**Action item**
Once you find the line with "#188=ADVANCED_FACE('',(#184),#187,.F.);" in the entries below, return exactly every line from it through the line with "#242=ORIENTED_EDGE('',*,*,#204,.F.);".

**Given entries**
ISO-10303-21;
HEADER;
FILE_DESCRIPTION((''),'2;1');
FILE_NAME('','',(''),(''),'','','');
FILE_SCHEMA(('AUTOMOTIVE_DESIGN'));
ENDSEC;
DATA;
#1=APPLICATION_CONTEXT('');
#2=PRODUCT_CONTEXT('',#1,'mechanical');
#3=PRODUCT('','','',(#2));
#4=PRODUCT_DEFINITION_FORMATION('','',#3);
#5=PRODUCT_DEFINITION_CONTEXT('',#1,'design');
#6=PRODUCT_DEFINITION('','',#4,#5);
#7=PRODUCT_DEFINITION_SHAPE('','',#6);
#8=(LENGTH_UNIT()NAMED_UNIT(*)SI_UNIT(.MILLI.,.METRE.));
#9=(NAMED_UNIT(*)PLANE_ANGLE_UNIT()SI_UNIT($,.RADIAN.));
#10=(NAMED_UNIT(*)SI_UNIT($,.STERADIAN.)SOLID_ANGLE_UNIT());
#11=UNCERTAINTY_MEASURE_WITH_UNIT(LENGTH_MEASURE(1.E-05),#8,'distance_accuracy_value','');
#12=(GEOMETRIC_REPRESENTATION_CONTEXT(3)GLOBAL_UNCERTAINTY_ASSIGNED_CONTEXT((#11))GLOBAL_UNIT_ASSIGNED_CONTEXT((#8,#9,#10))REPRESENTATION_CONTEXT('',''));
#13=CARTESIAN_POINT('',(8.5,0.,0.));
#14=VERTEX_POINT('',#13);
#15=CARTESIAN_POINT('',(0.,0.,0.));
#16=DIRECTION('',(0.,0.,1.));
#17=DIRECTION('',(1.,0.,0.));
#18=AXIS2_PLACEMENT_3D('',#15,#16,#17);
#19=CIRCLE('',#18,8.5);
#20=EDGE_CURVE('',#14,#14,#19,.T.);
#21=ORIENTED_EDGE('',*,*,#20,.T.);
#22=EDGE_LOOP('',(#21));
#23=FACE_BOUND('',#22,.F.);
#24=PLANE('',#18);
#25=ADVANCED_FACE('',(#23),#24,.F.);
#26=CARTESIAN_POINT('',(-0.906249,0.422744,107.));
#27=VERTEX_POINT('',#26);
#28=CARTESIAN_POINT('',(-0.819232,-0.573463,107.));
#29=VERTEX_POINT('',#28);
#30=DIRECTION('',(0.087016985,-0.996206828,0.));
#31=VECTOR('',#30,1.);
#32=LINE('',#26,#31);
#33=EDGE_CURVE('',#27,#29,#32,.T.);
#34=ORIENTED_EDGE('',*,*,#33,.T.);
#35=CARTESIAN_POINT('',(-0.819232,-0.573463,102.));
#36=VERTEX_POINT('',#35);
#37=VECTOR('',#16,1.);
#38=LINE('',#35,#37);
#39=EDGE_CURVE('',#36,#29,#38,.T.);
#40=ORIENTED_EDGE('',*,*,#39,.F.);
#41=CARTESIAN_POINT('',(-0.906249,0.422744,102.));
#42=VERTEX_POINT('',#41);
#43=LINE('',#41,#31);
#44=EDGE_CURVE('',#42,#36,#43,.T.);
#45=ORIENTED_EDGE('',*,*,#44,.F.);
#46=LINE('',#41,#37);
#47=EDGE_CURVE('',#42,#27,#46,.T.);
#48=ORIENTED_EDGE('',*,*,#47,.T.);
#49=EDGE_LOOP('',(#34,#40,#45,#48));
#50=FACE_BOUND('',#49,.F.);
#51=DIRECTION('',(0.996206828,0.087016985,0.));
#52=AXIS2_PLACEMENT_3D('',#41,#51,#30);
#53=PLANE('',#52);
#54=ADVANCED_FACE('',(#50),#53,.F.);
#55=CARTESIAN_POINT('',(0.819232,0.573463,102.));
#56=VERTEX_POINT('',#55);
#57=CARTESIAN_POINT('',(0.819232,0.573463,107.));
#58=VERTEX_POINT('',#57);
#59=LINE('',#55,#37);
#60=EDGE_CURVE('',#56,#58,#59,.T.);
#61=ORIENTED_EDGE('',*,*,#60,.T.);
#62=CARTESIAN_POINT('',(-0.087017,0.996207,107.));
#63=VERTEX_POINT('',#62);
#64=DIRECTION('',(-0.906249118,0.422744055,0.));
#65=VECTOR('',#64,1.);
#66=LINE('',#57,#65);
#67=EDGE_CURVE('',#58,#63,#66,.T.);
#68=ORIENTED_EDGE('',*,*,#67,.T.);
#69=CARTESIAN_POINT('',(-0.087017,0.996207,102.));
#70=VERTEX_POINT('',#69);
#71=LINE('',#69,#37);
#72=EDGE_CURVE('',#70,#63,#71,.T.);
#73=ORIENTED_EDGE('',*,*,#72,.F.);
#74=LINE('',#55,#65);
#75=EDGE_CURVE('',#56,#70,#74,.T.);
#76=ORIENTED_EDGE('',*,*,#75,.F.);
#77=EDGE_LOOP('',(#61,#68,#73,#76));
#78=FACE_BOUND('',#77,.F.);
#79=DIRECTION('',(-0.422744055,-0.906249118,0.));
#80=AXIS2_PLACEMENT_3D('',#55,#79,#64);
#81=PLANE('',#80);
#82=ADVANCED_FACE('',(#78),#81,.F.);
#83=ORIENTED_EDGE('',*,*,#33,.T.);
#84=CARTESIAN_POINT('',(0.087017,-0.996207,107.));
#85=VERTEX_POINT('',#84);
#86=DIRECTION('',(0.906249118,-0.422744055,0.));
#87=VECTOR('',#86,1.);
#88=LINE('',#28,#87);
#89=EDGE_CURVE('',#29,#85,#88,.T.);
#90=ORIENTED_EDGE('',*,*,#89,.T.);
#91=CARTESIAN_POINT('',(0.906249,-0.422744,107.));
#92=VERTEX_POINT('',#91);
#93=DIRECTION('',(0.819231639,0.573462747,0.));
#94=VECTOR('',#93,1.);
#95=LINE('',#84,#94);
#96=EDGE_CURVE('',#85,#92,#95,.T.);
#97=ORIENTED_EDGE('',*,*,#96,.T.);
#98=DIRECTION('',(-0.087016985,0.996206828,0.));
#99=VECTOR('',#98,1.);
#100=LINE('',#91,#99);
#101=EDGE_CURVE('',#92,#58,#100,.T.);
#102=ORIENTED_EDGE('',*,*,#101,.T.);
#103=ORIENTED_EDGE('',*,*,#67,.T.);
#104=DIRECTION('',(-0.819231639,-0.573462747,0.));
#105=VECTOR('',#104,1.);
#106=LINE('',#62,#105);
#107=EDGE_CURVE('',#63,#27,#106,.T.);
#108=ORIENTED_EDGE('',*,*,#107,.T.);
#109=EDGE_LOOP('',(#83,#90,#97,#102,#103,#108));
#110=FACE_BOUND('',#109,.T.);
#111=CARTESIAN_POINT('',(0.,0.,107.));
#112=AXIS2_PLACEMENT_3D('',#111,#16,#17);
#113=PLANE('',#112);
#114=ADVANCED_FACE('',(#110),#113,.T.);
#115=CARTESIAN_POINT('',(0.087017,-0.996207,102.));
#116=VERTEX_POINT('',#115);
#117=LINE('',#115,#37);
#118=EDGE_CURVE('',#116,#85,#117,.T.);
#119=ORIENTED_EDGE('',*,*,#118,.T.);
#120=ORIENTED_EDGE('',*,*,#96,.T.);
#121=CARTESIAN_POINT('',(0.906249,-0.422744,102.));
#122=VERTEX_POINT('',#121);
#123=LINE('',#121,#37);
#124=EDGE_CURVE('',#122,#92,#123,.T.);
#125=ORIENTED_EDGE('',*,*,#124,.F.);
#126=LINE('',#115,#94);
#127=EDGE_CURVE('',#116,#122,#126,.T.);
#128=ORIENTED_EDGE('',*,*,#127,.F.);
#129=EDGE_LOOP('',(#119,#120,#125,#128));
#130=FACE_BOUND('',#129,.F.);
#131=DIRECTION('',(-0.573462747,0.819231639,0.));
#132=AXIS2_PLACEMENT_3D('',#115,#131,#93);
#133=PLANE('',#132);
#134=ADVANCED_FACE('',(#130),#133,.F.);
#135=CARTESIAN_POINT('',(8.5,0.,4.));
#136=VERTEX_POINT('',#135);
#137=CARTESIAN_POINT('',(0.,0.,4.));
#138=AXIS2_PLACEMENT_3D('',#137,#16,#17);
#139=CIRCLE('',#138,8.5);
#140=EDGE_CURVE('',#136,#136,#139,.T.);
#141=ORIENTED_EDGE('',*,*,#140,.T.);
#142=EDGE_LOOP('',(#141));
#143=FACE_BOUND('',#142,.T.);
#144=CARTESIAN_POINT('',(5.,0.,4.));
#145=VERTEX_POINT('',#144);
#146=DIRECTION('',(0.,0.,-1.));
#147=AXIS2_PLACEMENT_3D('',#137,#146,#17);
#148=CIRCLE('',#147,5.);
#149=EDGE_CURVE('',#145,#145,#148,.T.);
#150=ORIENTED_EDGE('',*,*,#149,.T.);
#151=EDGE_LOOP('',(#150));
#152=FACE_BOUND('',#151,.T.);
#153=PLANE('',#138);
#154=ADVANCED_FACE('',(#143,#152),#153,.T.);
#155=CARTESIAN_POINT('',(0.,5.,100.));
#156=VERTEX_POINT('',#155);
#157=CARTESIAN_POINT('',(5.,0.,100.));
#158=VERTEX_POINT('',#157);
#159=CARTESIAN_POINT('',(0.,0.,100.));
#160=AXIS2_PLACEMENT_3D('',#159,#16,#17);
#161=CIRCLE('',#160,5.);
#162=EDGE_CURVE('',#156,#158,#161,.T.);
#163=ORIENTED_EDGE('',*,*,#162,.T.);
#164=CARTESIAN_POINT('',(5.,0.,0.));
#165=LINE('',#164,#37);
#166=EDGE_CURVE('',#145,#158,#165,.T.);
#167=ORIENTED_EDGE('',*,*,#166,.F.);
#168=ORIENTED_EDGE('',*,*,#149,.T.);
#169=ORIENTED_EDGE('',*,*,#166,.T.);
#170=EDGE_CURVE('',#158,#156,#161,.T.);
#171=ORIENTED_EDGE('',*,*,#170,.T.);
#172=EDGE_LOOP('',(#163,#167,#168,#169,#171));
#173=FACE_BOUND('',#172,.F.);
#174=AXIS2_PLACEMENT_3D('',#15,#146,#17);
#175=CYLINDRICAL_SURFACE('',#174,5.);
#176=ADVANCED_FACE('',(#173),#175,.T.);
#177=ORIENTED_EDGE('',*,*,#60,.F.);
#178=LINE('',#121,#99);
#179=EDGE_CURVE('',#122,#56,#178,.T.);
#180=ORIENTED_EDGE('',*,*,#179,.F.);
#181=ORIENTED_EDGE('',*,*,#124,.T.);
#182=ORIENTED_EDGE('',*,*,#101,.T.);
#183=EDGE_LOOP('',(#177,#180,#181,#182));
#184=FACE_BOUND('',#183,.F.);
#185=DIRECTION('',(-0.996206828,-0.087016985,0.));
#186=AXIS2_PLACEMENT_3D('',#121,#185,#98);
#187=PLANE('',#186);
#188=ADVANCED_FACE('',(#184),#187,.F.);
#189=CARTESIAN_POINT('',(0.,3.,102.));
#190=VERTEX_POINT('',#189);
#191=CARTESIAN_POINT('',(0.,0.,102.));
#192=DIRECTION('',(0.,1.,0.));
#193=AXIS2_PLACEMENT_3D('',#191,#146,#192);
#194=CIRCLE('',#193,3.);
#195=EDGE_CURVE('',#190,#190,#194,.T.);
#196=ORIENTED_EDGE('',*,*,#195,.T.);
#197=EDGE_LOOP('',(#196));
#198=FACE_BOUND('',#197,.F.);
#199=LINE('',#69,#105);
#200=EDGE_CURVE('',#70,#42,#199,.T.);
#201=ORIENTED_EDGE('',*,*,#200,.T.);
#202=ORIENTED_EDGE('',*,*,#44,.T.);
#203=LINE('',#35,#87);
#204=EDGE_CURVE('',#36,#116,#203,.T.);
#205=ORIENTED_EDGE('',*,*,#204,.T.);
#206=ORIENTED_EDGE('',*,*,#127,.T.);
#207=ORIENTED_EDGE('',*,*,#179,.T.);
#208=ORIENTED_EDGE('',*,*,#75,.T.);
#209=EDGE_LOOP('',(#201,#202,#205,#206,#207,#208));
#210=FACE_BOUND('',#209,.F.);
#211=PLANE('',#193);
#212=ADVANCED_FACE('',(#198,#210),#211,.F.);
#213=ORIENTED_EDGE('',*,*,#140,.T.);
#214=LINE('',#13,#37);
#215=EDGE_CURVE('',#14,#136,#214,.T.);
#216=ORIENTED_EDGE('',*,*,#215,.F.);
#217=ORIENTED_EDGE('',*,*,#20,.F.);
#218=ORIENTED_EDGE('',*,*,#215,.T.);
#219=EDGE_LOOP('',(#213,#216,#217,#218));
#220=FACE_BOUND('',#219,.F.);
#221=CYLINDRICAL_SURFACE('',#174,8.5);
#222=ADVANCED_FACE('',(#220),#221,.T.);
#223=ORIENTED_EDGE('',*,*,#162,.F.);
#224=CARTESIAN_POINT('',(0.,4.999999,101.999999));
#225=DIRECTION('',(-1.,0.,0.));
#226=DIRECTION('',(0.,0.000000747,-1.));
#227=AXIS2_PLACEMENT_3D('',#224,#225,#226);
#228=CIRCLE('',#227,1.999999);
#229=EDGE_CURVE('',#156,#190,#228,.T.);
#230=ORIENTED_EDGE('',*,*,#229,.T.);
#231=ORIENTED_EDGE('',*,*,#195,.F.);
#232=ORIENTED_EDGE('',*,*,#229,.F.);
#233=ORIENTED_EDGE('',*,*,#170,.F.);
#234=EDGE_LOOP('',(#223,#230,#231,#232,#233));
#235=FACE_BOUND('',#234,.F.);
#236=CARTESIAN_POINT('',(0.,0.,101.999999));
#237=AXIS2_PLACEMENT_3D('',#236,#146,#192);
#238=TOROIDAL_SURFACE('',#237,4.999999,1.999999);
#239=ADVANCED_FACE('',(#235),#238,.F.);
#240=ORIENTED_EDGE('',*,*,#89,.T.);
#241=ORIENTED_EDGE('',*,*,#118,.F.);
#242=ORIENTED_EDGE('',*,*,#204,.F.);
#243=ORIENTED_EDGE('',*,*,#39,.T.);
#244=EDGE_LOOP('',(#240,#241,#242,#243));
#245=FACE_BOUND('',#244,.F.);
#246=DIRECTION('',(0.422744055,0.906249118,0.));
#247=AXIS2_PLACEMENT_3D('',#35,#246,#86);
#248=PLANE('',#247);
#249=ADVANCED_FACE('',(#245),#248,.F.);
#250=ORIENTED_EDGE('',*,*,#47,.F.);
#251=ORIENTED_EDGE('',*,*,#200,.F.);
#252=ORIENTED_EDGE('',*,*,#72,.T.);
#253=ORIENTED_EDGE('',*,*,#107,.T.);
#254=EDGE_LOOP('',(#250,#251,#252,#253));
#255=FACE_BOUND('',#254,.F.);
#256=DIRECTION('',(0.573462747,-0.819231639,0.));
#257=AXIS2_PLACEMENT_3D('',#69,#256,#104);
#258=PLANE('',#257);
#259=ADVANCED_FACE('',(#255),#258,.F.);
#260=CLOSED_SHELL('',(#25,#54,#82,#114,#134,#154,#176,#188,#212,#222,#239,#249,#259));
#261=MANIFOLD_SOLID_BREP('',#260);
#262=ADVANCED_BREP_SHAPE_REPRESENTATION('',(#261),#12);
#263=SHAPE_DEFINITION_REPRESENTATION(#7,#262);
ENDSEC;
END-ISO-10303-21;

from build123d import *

# Parameters (mm, degrees)
F0_R     = 8.5
F1_DEPTH = 4
F2_R     = 5
F3_DEPTH = 100
F7_DEPTH = 5


with BuildPart() as f1:
    # F0 (on Top) → F1 (new body)
    with BuildSketch(Plane.XY):
        Circle(F0_R)
    extrude(amount=F1_DEPTH)

    # F2 (on Top) → F3 (join)
    with BuildSketch(Plane.XY):
        Circle(F2_R)
    extrude(amount=F3_DEPTH)

    # F4 (on Right) → F5 (revolve)
    with BuildSketch(Plane.YZ):
        with BuildLine():
            Line((3, 102), (0, 102))
            Line((0, 102), (0, 100))
            Line((0, 100), (5, 100))
            ThreePointArc((5, 100), (3.585786, 100.585786), (3, 102))
        make_face()
    revolve(axis=Axis((0, 0, 101), (0, 0, -1)))

    # F6 (on face) → F7 (join)
    with BuildSketch(Plane.XY.offset(102)):
        Polygon((0.087017, -0.996207), (0.906249, -0.422744), (0.819232, 0.573463), (-0.087017, 0.996207), (-0.906249, 0.422744), (-0.819232, -0.573463), align=None)
    extrude(amount=F7_DEPTH)


solid = f1.part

**Written solution**
#188=ADVANCED_FACE('',(#184),#187,.F.);
#189=CARTESIAN_POINT('',(0.,3.,102.));
#190=VERTEX_POINT('',#189);
#191=CARTESIAN_POINT('',(0.,0.,102.));
#192=DIRECTION('',(0.,1.,0.));
#193=AXIS2_PLACEMENT_3D('',#191,#146,#192);
#194=CIRCLE('',#193,3.);
#195=EDGE_CURVE('',#190,#190,#194,.T.);
#196=ORIENTED_EDGE('',*,*,#195,.T.);
#197=EDGE_LOOP('',(#196));
#198=FACE_BOUND('',#197,.F.);
#199=LINE('',#69,#105);
#200=EDGE_CURVE('',#70,#42,#199,.T.);
#201=ORIENTED_EDGE('',*,*,#200,.T.);
#202=ORIENTED_EDGE('',*,*,#44,.T.);
#203=LINE('',#35,#87);
#204=EDGE_CURVE('',#36,#116,#203,.T.);
#205=ORIENTED_EDGE('',*,*,#204,.T.);
#206=ORIENTED_EDGE('',*,*,#127,.T.);
#207=ORIENTED_EDGE('',*,*,#179,.T.);
#208=ORIENTED_EDGE('',*,*,#75,.T.);
#209=EDGE_LOOP('',(#201,#202,#205,#206,#207,#208));
#210=FACE_BOUND('',#209,.F.);
#211=PLANE('',#193);
#212=ADVANCED_FACE('',(#198,#210),#211,.F.);
#213=ORIENTED_EDGE('',*,*,#140,.T.);
#214=LINE('',#13,#37);
#215=EDGE_CURVE('',#14,#136,#214,.T.);
#216=ORIENTED_EDGE('',*,*,#215,.F.);
#217=ORIENTED_EDGE('',*,*,#20,.F.);
#218=ORIENTED_EDGE('',*,*,#215,.T.);
#219=EDGE_LOOP('',(#213,#216,#217,#218));
#220=FACE_BOUND('',#219,.F.);
#221=CYLINDRICAL_SURFACE('',#174,8.5);
#222=ADVANCED_FACE('',(#220),#221,.T.);
#223=ORIENTED_EDGE('',*,*,#162,.F.);
#224=CARTESIAN_POINT('',(0.,4.999999,101.999999));
#225=DIRECTION('',(-1.,0.,0.));
#226=DIRECTION('',(0.,0.000000747,-1.));
#227=AXIS2_PLACEMENT_3D('',#224,#225,#226);
#228=CIRCLE('',#227,1.999999);
#229=EDGE_CURVE('',#156,#190,#228,.T.);
#230=ORIENTED_EDGE('',*,*,#229,.T.);
#231=ORIENTED_EDGE('',*,*,#195,.F.);
#232=ORIENTED_EDGE('',*,*,#229,.F.);
#233=ORIENTED_EDGE('',*,*,#170,.F.);
#234=EDGE_LOOP('',(#223,#230,#231,#232,#233));
#235=FACE_BOUND('',#234,.F.);
#236=CARTESIAN_POINT('',(0.,0.,101.999999));
#237=AXIS2_PLACEMENT_3D('',#236,#146,#192);
#238=TOROIDAL_SURFACE('',#237,4.999999,1.999999);
#239=ADVANCED_FACE('',(#235),#238,.F.);
#240=ORIENTED_EDGE('',*,*,#89,.T.);
#241=ORIENTED_EDGE('',*,*,#118,.F.);
#242=ORIENTED_EDGE('',*,*,#204,.F.);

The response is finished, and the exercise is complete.